Task details:
Could you set down exactly the lines in the records below between the line holding "#128=ORIENTED_EDGE('',*,*,#76,.F.);" and the line holding "#141=EDGE_CURVE('',#134,#16,#140,.T.);", inclusive?

..........

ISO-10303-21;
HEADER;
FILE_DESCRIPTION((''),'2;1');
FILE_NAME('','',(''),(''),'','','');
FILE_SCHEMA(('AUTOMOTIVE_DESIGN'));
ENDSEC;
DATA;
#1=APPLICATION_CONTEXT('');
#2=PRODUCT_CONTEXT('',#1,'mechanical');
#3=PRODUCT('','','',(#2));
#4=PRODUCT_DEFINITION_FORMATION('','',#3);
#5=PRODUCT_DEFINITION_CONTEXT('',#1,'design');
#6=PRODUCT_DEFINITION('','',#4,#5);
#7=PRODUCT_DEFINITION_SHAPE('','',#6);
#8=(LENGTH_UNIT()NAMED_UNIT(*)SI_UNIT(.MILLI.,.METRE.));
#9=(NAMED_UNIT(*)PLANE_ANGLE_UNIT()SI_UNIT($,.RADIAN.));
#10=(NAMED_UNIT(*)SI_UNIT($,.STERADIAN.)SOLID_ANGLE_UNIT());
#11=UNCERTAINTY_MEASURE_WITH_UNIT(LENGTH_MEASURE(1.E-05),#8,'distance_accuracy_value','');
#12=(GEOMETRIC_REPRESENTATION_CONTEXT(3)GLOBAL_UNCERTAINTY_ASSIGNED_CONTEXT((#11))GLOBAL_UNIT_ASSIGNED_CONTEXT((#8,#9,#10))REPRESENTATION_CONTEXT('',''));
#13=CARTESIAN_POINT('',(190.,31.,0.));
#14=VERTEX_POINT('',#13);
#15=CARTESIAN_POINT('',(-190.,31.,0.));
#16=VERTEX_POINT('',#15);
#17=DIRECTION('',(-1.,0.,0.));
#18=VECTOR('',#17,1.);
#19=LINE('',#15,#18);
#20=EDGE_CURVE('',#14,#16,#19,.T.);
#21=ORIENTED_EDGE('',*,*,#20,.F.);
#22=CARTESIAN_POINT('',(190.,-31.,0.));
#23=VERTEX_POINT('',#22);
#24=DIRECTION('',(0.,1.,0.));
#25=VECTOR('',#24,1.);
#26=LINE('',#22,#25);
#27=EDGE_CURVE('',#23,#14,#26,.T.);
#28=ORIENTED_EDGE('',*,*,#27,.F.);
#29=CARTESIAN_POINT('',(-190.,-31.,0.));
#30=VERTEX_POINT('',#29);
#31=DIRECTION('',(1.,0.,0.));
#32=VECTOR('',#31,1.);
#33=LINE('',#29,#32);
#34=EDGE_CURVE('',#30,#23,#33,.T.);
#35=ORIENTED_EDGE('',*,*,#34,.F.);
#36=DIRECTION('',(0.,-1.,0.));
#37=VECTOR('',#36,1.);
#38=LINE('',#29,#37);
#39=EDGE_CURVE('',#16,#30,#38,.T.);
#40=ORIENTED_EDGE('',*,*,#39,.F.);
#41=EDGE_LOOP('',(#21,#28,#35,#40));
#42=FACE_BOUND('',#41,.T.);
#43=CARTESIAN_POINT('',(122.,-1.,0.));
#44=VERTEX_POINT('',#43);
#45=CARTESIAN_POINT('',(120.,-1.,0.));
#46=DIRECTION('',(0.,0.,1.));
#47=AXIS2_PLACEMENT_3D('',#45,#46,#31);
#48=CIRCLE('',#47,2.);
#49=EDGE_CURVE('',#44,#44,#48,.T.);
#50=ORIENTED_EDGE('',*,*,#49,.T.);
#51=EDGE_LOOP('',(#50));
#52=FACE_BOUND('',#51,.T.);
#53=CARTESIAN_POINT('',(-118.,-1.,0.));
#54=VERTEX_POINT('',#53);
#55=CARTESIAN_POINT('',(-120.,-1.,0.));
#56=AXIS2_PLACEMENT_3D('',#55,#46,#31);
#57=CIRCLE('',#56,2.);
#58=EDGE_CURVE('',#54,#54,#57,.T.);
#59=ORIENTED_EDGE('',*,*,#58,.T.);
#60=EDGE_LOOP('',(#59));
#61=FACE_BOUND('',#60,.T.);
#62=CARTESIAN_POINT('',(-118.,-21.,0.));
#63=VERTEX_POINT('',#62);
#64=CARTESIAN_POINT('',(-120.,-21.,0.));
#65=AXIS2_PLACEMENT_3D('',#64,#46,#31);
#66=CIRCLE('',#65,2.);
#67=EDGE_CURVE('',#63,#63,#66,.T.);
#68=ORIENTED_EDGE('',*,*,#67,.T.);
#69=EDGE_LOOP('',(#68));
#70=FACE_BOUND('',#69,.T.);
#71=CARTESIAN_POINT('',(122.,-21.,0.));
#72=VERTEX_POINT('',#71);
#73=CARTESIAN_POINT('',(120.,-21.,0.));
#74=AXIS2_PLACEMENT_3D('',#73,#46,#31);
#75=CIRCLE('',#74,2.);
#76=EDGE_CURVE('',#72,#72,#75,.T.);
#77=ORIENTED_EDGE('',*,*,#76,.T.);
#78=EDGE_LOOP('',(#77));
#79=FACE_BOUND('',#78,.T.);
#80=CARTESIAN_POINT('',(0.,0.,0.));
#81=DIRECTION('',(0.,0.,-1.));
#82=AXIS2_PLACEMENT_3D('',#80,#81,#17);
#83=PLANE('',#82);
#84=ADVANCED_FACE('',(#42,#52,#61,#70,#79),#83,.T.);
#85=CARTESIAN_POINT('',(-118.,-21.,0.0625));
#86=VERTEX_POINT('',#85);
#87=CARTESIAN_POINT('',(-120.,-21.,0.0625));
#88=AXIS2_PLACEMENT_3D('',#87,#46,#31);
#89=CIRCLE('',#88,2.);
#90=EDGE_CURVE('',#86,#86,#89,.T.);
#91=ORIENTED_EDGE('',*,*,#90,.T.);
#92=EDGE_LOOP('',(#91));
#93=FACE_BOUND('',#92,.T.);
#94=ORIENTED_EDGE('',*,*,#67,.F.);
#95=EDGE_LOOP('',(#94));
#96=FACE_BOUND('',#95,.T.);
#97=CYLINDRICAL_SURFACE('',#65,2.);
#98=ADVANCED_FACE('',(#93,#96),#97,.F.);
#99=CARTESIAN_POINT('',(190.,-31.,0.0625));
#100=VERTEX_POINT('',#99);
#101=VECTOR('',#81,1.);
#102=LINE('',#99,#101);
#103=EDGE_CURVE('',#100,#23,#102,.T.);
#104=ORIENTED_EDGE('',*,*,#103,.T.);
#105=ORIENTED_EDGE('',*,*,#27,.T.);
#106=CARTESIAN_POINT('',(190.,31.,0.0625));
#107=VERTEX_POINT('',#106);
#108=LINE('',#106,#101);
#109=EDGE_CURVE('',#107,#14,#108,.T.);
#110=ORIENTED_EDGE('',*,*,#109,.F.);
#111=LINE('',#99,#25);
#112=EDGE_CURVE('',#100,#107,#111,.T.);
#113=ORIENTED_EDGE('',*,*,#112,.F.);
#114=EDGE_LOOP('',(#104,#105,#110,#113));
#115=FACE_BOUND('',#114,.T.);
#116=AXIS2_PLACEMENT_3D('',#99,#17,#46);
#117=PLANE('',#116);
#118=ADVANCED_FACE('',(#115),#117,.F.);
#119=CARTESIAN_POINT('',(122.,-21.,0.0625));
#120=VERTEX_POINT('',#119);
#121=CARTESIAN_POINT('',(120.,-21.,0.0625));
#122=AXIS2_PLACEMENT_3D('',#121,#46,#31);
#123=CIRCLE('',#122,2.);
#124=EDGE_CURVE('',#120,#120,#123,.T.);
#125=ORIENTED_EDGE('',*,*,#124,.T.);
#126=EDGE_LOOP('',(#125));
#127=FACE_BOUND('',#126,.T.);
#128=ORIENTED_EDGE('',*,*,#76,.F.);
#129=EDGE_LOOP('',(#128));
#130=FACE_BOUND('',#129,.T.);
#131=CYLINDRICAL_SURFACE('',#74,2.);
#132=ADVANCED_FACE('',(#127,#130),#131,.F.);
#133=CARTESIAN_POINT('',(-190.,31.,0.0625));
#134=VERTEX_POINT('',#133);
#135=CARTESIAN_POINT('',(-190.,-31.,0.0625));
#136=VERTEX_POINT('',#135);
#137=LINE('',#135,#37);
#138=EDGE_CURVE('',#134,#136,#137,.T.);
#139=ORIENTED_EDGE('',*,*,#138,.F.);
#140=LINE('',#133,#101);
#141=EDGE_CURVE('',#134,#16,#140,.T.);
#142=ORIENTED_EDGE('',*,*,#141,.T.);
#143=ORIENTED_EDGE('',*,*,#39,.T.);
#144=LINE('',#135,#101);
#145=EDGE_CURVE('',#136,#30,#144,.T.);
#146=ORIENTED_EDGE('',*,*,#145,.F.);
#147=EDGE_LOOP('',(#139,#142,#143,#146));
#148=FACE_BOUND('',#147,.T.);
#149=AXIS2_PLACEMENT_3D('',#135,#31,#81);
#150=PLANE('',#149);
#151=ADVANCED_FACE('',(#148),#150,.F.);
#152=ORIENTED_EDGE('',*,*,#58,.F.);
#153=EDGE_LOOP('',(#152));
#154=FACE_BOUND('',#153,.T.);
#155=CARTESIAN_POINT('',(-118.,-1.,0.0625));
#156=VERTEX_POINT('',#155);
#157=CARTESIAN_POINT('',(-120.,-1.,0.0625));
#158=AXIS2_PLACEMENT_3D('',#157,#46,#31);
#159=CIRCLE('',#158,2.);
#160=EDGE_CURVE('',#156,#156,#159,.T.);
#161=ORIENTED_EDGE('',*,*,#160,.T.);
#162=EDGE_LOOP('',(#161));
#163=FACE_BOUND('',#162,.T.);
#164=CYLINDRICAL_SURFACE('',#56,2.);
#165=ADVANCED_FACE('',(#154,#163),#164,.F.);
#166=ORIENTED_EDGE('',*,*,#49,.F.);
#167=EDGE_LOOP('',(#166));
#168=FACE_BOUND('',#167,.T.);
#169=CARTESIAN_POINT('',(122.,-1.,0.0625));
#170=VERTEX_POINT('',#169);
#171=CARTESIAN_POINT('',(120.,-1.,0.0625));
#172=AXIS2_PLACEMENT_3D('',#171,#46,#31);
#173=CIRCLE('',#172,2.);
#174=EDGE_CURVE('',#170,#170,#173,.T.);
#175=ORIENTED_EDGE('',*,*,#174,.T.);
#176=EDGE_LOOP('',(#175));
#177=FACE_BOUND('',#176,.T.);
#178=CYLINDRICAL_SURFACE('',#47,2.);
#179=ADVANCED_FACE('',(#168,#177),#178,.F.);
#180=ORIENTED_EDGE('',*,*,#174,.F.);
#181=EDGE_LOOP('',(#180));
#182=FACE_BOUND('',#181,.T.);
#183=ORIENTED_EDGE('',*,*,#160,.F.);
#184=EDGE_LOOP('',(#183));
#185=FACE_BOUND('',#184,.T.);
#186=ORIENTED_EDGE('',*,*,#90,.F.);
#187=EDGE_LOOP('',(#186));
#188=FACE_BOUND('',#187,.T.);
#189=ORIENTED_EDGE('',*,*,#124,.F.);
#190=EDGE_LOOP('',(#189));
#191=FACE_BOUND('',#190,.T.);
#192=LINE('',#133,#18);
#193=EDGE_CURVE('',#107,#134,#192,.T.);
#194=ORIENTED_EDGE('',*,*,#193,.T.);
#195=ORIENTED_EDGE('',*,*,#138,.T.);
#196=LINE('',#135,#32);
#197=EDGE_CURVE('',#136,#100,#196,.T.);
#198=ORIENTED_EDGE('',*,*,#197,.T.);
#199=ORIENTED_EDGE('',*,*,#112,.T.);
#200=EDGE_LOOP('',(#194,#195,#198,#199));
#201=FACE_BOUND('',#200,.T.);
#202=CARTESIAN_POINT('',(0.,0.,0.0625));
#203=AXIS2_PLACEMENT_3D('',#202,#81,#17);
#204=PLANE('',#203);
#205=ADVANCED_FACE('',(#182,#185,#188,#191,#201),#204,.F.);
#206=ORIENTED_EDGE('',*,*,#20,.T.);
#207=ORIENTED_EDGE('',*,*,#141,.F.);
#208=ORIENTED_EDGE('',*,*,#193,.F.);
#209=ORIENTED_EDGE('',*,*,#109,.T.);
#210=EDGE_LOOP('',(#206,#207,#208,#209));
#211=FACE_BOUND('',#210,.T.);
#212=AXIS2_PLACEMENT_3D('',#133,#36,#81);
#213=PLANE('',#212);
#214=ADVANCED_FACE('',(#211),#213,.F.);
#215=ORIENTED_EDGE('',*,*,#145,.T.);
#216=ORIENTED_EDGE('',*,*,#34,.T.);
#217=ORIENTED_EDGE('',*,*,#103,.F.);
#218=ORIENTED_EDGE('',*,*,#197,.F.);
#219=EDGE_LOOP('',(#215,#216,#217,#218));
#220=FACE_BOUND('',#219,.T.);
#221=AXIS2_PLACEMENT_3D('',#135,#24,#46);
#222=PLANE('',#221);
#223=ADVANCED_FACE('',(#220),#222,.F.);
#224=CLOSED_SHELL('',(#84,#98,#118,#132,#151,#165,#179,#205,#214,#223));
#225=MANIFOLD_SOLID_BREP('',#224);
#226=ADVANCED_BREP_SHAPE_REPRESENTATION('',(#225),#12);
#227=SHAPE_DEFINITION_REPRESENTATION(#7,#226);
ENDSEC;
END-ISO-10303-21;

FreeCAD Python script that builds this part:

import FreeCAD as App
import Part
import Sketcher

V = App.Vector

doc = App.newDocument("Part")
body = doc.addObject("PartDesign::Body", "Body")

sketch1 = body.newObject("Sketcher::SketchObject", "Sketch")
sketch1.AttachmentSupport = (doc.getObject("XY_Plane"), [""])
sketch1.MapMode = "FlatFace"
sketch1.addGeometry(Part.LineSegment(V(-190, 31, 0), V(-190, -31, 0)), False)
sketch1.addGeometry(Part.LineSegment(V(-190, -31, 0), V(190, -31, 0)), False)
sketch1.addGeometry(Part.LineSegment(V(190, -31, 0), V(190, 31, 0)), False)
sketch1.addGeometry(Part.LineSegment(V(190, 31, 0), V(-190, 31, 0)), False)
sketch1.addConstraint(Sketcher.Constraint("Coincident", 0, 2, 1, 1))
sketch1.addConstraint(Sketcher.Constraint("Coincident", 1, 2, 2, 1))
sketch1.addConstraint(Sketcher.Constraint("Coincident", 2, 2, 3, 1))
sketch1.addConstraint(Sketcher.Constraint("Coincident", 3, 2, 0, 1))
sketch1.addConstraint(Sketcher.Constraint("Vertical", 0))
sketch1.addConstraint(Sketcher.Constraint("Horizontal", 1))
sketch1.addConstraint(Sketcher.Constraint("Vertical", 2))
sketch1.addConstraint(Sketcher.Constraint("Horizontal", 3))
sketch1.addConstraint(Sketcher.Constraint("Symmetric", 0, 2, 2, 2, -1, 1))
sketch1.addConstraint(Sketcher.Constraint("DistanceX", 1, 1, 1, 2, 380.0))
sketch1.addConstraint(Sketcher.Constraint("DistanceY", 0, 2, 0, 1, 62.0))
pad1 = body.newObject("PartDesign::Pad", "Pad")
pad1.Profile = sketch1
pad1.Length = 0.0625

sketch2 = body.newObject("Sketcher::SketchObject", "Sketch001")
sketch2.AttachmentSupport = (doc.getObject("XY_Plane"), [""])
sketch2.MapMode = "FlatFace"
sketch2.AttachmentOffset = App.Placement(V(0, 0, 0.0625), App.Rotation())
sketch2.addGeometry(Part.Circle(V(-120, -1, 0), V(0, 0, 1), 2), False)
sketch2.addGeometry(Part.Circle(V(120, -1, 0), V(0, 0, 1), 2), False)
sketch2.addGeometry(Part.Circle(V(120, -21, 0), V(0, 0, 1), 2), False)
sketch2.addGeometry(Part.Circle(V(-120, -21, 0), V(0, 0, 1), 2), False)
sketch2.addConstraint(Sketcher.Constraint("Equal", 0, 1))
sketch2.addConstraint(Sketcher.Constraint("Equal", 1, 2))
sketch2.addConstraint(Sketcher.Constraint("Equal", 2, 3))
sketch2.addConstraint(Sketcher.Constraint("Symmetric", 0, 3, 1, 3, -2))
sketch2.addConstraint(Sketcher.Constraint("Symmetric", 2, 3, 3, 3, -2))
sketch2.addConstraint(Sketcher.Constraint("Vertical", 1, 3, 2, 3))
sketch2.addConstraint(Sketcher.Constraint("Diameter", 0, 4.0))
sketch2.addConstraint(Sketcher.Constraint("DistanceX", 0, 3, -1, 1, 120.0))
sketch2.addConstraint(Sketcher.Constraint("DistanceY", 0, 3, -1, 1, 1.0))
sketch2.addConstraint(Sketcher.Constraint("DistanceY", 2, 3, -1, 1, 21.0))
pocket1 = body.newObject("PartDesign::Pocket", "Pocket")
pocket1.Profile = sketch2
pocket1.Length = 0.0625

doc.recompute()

..........

Exercise response:
#128=ORIENTED_EDGE('',*,*,#76,.F.);
#129=EDGE_LOOP('',(#128));
#130=FACE_BOUND('',#129,.T.);
#131=CYLINDRICAL_SURFACE('',#74,2.);
#132=ADVANCED_FACE('',(#127,#130),#131,.F.);
#133=CARTESIAN_POINT('',(-190.,31.,0.0625));
#134=VERTEX_POINT('',#133);
#135=CARTESIAN_POINT('',(-190.,-31.,0.0625));
#136=VERTEX_POINT('',#135);
#137=LINE('',#135,#37);
#138=EDGE_CURVE('',#134,#136,#137,.T.);
#139=ORIENTED_EDGE('',*,*,#138,.F.);
#140=LINE('',#133,#101);
#141=EDGE_CURVE('',#134,#16,#140,.T.);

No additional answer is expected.